Which part of the history is documenting medication allergies given to?  Can it be counted in the ROS?


----------



## FTessaBartels (Apr 3, 2012)

*Can count as EITHER, but NOT both*

It can count as EITHER ROS or Past Medical History, but NOT both (for the same note).  Use it where you need it.

Hope that helps.

F Tessa Bartels, CPC, CEMC


----------



## kellyross (Apr 27, 2012)

I agree.... if you have enough in the Past Medical History already... I usually pull allergies into ROS, as well.


----------



## ajfinn0216 (Apr 27, 2012)

I do not agree.  Documentation of drug allergies should not be counted in the ROS.

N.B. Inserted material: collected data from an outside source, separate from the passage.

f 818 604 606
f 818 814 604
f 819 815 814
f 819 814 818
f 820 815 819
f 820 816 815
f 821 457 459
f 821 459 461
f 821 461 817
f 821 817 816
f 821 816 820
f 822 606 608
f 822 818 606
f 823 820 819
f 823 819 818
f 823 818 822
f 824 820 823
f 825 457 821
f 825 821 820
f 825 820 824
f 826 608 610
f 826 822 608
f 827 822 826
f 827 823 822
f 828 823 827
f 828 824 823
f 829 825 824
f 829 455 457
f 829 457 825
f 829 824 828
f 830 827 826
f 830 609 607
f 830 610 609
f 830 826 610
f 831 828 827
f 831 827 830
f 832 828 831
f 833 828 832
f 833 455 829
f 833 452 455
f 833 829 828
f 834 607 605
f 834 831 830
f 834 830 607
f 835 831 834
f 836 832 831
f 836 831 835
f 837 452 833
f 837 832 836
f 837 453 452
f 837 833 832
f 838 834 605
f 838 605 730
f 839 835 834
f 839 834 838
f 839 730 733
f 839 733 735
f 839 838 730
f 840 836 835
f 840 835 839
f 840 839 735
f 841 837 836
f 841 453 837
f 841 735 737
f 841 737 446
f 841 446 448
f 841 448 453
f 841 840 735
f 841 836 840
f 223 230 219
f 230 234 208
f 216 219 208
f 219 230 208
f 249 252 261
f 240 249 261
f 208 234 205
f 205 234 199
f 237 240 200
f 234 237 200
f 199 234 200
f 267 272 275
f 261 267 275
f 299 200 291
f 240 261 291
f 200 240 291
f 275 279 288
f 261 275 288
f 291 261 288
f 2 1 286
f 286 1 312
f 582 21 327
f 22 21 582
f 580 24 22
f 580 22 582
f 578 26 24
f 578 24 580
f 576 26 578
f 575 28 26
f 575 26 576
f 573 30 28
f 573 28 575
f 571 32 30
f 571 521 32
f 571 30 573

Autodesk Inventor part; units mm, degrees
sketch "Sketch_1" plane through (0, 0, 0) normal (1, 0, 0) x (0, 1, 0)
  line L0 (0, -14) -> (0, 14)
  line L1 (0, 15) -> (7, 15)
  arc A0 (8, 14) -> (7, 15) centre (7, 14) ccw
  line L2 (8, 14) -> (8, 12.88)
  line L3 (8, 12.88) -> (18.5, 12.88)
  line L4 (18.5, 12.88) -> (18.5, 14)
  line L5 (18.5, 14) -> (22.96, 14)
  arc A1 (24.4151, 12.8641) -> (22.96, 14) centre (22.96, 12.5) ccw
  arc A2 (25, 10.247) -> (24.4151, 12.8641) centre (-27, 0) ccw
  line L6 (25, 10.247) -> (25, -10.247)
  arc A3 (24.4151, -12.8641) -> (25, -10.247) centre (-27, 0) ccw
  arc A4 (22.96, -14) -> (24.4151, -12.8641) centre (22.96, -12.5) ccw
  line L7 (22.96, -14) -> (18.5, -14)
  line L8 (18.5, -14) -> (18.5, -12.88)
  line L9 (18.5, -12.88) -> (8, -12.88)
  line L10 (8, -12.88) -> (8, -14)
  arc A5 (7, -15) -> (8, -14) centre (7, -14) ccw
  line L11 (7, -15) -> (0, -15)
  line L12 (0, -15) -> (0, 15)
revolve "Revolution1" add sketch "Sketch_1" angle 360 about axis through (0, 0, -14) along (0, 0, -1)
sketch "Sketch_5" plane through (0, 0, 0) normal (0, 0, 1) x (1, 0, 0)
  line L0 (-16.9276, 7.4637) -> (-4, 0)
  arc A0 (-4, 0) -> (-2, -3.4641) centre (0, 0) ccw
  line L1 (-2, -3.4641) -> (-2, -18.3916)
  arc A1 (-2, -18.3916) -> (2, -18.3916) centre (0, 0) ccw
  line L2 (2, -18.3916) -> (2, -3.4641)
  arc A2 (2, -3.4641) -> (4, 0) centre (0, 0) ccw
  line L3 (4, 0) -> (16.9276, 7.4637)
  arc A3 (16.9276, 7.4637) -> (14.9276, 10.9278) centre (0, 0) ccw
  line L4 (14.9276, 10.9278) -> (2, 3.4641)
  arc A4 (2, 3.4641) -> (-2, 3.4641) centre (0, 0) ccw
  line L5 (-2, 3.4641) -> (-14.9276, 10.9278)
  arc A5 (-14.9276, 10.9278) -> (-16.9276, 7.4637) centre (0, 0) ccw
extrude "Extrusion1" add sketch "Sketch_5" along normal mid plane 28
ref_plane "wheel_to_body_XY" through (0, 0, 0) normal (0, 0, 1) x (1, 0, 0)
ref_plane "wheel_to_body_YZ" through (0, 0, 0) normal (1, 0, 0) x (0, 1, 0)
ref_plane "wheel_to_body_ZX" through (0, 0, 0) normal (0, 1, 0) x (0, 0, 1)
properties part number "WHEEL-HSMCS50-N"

A ROS should not be confused with the past history.  

ROS asks the patient whether or not he/she is *currently experiencing *any symptoms related to specific organ systems.  

Medical history is just that - the patient's past experiences with illness, operations, injuries and treatments.  This would include a medication list, surgeries, previous hospitalizations, problem list, etc....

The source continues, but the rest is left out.